- [What to produce] The lines of the records that include "origin" should all be copied.
=====
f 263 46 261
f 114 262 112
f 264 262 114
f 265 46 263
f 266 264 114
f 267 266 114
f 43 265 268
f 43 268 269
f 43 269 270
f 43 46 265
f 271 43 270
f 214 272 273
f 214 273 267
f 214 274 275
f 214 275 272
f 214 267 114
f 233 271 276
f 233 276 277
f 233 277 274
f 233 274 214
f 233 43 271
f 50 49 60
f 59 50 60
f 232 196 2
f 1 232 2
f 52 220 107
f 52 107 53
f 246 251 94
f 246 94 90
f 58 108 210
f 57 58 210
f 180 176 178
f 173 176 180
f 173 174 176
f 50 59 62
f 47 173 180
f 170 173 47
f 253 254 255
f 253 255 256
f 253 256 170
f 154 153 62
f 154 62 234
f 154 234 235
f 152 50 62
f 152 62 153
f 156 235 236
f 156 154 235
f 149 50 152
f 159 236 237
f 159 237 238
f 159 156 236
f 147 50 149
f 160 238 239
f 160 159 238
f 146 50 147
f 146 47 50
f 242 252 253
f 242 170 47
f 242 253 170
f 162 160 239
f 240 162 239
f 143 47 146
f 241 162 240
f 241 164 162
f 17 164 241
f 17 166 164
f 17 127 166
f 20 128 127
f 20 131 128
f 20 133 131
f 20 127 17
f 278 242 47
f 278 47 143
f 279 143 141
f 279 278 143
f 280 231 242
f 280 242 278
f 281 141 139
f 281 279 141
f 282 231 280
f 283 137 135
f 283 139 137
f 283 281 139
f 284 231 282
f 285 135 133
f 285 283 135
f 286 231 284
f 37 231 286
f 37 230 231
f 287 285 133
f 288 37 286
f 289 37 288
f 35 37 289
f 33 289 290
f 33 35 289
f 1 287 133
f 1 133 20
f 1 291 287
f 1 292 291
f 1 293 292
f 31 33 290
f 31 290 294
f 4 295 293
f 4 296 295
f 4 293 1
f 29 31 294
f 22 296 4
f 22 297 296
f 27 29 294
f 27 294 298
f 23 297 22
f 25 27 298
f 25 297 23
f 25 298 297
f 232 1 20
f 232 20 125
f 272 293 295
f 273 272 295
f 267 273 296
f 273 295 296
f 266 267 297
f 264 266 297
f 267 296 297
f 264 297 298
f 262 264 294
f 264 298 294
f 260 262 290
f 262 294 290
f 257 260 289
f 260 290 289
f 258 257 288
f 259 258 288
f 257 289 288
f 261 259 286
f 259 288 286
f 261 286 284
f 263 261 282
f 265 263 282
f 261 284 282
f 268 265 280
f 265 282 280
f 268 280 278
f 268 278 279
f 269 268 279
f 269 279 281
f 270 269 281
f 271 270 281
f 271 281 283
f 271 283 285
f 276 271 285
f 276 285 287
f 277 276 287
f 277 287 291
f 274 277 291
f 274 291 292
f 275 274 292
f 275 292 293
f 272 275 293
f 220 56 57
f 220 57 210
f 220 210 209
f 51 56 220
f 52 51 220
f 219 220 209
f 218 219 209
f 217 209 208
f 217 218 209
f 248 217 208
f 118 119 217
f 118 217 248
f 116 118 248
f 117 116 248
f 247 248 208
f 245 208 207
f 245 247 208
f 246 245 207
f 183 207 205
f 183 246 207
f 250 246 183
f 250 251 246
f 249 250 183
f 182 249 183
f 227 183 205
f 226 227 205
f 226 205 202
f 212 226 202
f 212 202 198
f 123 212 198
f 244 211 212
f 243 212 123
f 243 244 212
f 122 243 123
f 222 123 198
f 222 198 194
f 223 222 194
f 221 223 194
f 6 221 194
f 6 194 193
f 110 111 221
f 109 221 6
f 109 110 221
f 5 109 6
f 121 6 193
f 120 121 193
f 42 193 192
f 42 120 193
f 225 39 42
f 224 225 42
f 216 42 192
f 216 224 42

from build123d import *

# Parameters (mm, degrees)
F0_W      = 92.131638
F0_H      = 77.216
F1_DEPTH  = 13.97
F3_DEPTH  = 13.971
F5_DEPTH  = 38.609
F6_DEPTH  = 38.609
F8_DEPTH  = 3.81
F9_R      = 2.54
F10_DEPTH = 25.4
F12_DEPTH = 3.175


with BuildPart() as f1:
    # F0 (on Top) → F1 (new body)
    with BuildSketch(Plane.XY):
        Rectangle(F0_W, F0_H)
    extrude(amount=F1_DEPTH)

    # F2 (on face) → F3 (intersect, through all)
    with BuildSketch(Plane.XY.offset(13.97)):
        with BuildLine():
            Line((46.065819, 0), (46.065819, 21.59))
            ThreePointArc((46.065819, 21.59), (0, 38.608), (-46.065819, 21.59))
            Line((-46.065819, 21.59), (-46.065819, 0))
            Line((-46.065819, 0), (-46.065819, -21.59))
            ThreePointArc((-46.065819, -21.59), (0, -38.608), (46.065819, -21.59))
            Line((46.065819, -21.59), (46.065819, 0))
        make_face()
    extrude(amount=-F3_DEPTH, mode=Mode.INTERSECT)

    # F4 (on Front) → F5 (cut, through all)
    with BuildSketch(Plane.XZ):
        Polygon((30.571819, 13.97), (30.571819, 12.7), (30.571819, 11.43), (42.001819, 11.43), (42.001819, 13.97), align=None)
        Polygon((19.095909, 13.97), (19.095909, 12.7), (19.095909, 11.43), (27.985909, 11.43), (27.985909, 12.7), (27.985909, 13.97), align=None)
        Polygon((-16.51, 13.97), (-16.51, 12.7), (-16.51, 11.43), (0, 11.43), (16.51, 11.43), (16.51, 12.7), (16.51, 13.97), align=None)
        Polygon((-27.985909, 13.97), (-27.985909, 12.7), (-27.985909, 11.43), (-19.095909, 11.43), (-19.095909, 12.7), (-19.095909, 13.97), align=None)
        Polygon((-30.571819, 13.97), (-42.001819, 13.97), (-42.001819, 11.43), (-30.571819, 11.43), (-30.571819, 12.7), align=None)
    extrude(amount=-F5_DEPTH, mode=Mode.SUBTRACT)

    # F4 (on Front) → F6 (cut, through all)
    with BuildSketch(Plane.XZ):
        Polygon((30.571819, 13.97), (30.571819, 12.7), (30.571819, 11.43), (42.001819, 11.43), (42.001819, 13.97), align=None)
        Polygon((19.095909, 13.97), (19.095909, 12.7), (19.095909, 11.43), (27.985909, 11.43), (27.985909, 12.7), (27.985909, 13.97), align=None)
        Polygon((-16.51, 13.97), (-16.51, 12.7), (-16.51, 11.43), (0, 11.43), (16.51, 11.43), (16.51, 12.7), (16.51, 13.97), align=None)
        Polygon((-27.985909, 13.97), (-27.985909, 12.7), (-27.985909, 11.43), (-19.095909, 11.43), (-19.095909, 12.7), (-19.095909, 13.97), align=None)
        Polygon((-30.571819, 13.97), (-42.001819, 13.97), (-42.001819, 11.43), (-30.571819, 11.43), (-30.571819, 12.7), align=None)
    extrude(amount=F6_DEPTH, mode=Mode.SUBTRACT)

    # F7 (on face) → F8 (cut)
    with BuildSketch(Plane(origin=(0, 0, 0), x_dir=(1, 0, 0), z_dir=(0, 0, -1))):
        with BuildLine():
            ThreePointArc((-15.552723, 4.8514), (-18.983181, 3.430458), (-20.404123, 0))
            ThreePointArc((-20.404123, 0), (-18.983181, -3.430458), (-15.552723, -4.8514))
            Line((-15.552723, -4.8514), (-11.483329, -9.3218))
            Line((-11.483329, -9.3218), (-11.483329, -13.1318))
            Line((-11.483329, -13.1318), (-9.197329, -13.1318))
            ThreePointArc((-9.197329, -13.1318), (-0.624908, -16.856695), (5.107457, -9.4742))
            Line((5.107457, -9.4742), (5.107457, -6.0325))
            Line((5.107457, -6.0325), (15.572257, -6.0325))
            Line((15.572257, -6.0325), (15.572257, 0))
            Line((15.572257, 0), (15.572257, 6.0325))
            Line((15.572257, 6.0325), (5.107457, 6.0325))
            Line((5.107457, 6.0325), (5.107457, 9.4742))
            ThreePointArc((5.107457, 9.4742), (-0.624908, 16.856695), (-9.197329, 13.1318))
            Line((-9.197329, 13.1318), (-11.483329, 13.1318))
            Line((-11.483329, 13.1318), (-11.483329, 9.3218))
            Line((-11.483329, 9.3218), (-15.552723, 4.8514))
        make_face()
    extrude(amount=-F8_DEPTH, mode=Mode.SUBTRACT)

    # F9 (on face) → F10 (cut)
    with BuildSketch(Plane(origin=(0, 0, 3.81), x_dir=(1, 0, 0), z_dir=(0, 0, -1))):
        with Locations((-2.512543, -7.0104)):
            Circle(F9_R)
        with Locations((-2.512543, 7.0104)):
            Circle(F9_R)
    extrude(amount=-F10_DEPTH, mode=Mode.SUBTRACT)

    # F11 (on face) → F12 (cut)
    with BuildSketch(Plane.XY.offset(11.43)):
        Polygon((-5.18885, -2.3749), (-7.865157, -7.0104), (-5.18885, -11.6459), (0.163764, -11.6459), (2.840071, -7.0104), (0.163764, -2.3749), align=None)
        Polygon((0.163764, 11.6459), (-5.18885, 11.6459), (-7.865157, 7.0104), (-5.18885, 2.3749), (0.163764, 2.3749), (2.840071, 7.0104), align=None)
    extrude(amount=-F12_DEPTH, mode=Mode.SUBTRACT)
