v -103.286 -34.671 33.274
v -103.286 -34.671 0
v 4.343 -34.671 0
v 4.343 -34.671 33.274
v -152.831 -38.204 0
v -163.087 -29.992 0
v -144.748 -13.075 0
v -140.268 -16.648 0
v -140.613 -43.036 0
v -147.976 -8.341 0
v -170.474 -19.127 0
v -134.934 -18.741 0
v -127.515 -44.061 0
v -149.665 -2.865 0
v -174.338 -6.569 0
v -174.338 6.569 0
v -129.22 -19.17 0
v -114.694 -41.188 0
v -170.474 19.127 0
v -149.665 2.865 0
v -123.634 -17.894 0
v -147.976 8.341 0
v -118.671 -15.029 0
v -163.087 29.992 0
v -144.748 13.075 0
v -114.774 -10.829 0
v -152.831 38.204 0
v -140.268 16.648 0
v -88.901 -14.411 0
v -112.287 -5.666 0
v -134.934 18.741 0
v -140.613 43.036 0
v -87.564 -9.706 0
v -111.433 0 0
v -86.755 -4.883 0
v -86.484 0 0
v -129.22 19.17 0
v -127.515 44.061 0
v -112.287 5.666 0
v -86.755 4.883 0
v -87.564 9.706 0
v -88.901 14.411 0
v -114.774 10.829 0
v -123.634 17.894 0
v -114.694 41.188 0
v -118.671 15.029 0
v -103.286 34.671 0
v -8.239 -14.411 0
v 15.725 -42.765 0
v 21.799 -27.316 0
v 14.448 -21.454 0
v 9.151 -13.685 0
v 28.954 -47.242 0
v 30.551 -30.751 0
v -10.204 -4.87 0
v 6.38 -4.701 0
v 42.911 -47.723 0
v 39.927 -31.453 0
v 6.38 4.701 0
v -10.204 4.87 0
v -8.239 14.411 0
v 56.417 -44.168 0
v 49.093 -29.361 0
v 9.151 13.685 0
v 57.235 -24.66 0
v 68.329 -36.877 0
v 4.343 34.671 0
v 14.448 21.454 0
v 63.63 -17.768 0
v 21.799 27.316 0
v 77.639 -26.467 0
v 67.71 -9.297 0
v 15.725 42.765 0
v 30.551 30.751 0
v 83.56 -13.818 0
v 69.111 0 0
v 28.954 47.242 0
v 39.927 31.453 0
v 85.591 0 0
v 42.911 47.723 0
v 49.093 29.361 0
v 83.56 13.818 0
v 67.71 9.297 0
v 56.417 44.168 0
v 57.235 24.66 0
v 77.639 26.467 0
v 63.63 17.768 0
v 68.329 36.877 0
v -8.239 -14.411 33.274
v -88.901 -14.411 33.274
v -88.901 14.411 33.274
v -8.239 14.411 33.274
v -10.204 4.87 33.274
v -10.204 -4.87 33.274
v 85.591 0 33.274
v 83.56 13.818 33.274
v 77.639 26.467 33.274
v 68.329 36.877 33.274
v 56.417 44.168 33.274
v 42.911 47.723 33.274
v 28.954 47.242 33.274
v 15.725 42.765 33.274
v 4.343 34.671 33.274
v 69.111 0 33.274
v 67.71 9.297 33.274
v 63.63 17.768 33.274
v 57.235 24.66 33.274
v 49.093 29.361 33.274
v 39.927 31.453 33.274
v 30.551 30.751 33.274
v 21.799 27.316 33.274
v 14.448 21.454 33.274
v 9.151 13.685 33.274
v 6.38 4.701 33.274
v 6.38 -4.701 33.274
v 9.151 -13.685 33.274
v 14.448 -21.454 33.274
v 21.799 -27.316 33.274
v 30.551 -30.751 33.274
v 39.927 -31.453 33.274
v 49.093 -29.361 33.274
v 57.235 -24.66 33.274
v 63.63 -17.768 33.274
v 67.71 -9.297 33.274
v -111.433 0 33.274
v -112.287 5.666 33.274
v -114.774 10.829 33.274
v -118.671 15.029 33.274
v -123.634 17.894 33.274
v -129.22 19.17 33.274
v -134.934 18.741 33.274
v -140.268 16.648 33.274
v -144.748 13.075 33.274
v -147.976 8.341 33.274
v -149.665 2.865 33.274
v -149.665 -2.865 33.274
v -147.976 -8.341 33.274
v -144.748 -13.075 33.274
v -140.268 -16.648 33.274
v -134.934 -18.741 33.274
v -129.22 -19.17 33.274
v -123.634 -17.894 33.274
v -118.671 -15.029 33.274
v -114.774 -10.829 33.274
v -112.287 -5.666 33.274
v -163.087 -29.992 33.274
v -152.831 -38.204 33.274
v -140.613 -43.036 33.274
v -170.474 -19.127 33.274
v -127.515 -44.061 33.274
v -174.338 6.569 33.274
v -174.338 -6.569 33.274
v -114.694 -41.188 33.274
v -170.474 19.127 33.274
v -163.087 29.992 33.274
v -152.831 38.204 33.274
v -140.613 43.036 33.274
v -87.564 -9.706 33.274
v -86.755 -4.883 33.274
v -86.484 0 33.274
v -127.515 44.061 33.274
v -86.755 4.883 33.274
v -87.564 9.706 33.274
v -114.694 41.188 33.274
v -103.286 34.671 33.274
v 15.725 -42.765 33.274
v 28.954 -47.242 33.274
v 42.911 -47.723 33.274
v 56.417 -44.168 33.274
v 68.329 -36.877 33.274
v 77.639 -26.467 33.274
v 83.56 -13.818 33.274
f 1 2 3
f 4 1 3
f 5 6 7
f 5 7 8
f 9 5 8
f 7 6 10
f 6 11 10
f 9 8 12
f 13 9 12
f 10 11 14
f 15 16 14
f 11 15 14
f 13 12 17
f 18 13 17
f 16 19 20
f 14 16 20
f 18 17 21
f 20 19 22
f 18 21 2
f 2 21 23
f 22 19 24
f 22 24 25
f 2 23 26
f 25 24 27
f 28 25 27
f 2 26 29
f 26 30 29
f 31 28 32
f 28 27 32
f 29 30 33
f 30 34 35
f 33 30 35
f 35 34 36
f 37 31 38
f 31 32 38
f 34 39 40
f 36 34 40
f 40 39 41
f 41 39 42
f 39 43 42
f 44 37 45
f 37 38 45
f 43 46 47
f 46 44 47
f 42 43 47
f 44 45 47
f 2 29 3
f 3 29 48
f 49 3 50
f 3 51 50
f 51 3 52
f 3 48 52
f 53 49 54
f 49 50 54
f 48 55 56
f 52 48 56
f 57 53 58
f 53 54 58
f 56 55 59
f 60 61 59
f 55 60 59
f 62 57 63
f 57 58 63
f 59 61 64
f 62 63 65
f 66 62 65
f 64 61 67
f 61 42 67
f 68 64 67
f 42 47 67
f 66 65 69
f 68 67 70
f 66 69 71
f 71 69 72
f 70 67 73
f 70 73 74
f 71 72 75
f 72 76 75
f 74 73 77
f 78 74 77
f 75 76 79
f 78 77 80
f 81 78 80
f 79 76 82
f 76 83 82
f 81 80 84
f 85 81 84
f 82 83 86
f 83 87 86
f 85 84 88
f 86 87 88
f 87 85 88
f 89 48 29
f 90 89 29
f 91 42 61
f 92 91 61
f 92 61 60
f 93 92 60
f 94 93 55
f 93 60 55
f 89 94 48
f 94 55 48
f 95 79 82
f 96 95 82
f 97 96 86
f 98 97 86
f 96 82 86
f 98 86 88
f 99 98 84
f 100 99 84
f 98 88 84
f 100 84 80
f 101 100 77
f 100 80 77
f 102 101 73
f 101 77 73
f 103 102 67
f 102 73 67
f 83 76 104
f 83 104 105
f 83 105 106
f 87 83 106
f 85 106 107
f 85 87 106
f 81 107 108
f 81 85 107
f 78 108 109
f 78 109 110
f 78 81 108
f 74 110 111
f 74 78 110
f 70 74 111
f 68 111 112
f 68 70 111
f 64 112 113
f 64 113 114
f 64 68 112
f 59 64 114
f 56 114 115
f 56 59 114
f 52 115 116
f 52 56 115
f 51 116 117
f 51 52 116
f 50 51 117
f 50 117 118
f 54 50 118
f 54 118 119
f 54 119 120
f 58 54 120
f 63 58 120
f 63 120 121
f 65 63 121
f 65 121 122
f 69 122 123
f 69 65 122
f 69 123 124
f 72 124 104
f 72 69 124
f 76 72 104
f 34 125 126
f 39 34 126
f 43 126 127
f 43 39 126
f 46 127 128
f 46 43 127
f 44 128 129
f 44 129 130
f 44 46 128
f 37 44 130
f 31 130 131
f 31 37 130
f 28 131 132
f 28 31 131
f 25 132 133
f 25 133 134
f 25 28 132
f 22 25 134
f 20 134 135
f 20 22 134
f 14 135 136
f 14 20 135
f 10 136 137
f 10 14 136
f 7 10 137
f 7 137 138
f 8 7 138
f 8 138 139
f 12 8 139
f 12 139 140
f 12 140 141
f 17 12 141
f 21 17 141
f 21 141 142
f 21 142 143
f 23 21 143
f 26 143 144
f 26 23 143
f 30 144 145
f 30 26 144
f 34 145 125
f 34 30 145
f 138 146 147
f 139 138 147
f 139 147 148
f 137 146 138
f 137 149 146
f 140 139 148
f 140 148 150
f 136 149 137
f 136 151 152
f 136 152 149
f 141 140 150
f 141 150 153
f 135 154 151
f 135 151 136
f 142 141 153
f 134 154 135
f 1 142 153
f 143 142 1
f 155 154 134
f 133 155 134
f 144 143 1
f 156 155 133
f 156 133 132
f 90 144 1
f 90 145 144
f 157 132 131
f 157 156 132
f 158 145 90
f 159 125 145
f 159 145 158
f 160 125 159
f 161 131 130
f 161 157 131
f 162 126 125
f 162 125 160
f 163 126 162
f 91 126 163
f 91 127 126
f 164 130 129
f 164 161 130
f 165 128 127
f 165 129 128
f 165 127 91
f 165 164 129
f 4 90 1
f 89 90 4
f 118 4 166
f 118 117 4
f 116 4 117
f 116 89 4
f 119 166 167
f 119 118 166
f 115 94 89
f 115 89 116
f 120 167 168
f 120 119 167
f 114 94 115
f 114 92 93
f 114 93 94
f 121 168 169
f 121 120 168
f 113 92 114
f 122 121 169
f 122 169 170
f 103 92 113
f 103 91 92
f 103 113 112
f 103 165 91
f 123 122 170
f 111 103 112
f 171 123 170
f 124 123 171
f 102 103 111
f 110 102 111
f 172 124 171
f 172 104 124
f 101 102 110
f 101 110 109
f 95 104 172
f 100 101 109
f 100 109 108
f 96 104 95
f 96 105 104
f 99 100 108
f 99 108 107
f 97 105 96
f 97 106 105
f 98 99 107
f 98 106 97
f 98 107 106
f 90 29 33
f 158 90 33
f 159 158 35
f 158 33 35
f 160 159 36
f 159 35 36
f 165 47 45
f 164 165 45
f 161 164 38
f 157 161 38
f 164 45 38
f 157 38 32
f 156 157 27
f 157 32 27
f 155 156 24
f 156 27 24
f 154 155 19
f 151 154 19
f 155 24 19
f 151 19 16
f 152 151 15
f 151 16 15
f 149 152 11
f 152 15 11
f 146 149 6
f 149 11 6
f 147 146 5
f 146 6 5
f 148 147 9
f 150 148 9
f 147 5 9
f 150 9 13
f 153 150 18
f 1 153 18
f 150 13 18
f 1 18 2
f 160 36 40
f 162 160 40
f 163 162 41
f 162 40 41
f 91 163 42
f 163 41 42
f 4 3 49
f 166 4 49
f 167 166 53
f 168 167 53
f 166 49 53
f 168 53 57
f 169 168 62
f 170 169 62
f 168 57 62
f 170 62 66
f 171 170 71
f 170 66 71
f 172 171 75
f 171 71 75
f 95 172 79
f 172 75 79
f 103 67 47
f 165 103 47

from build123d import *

# Parameters (mm, degrees)
F0_R     = 19.223271
F0_R_2   = 31.541662
F1_DEPTH = 33.274


with BuildPart() as f1:
    # F0 (on Top) → F1 (new body)
    with BuildSketch(Plane.XY):
        with BuildLine():
            Line((-8.238693, -14.410725), (-88.9008, -14.410725))
            ThreePointArc((-88.9008, -14.410725), (-94.639506, -25.573134), (-103.286065, -34.670889))
            Line((-103.286065, -34.670889), (4.343193, -34.670889))
            ThreePointArc((4.343193, -34.670889), (-3.225496, -25.334308), (-8.238693, -14.410725))
        make_face()
        with BuildLine():
            ThreePointArc((-103.286065, 34.670889), (-94.639506, 25.573134), (-88.9008, 14.410725))
            Line((-88.9008, 14.410725), (-8.238693, 14.410725))
            ThreePointArc((-8.238693, 14.410725), (-3.225496, 25.334308), (4.343193, 34.670889))
            Line((4.343193, 34.670889), (-103.286065, 34.670889))
        make_face()
        with BuildLine():
            ThreePointArc((4.343193, 34.670889), (-3.225496, 25.334308), (-8.238693, 14.410725))
            ThreePointArc((-8.238693, 14.410725), (-10.451951, 0), (-8.238693, -14.410725))
            ThreePointArc((-8.238693, -14.410725), (-3.225496, -25.334308), (4.343193, -34.670889))
            Line((4.343193, -34.670889), (4.343193, 34.670889))
        make_face()
        with BuildLine():
            ThreePointArc((-88.9008, -14.410725), (-87.092414, -7.305987), (-86.484032, 0))
            ThreePointArc((-86.484032, 0), (-87.092414, 7.305987), (-88.9008, 14.410725))
            ThreePointArc((-88.9008, 14.410725), (-94.639506, 25.573134), (-103.286065, 34.670889))
            Line((-103.286065, 34.670889), (-103.286065, -34.670889))
            ThreePointArc((-103.286065, -34.670889), (-94.639506, -25.573134), (-88.9008, -14.410725))
        make_face()
        with BuildLine():
            Line((-103.286065, -34.670889), (-103.286065, 34.670889))
            ThreePointArc((-103.286065, 34.670889), (-174.829227, 0), (-103.286065, -34.670889))
        make_face()
        with Locations((-130.65663, 0)):
            Circle(F0_R, mode=Mode.SUBTRACT)
        with BuildLine():
            ThreePointArc((85.590833, 0), (56.417298, 44.168002), (4.343193, 34.670889))
            Line((4.343193, 34.670889), (4.343193, -34.670889))
            ThreePointArc((4.343193, -34.670889), (56.417298, -44.168002), (85.590833, 0))
        make_face()
        with Locations((37.569441, 0)):
            Circle(F0_R_2, mode=Mode.SUBTRACT)
    extrude(amount=F1_DEPTH)


solid = f1.part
=====
- [Response]
    with BuildSketch(Plane(origin=(0, 0, 0), x_dir=(1, 0, 0), z_dir=(0, 0, -1))):
    with BuildSketch(Plane(origin=(0, 0, 3.81), x_dir=(1, 0, 0), z_dir=(0, 0, -1))):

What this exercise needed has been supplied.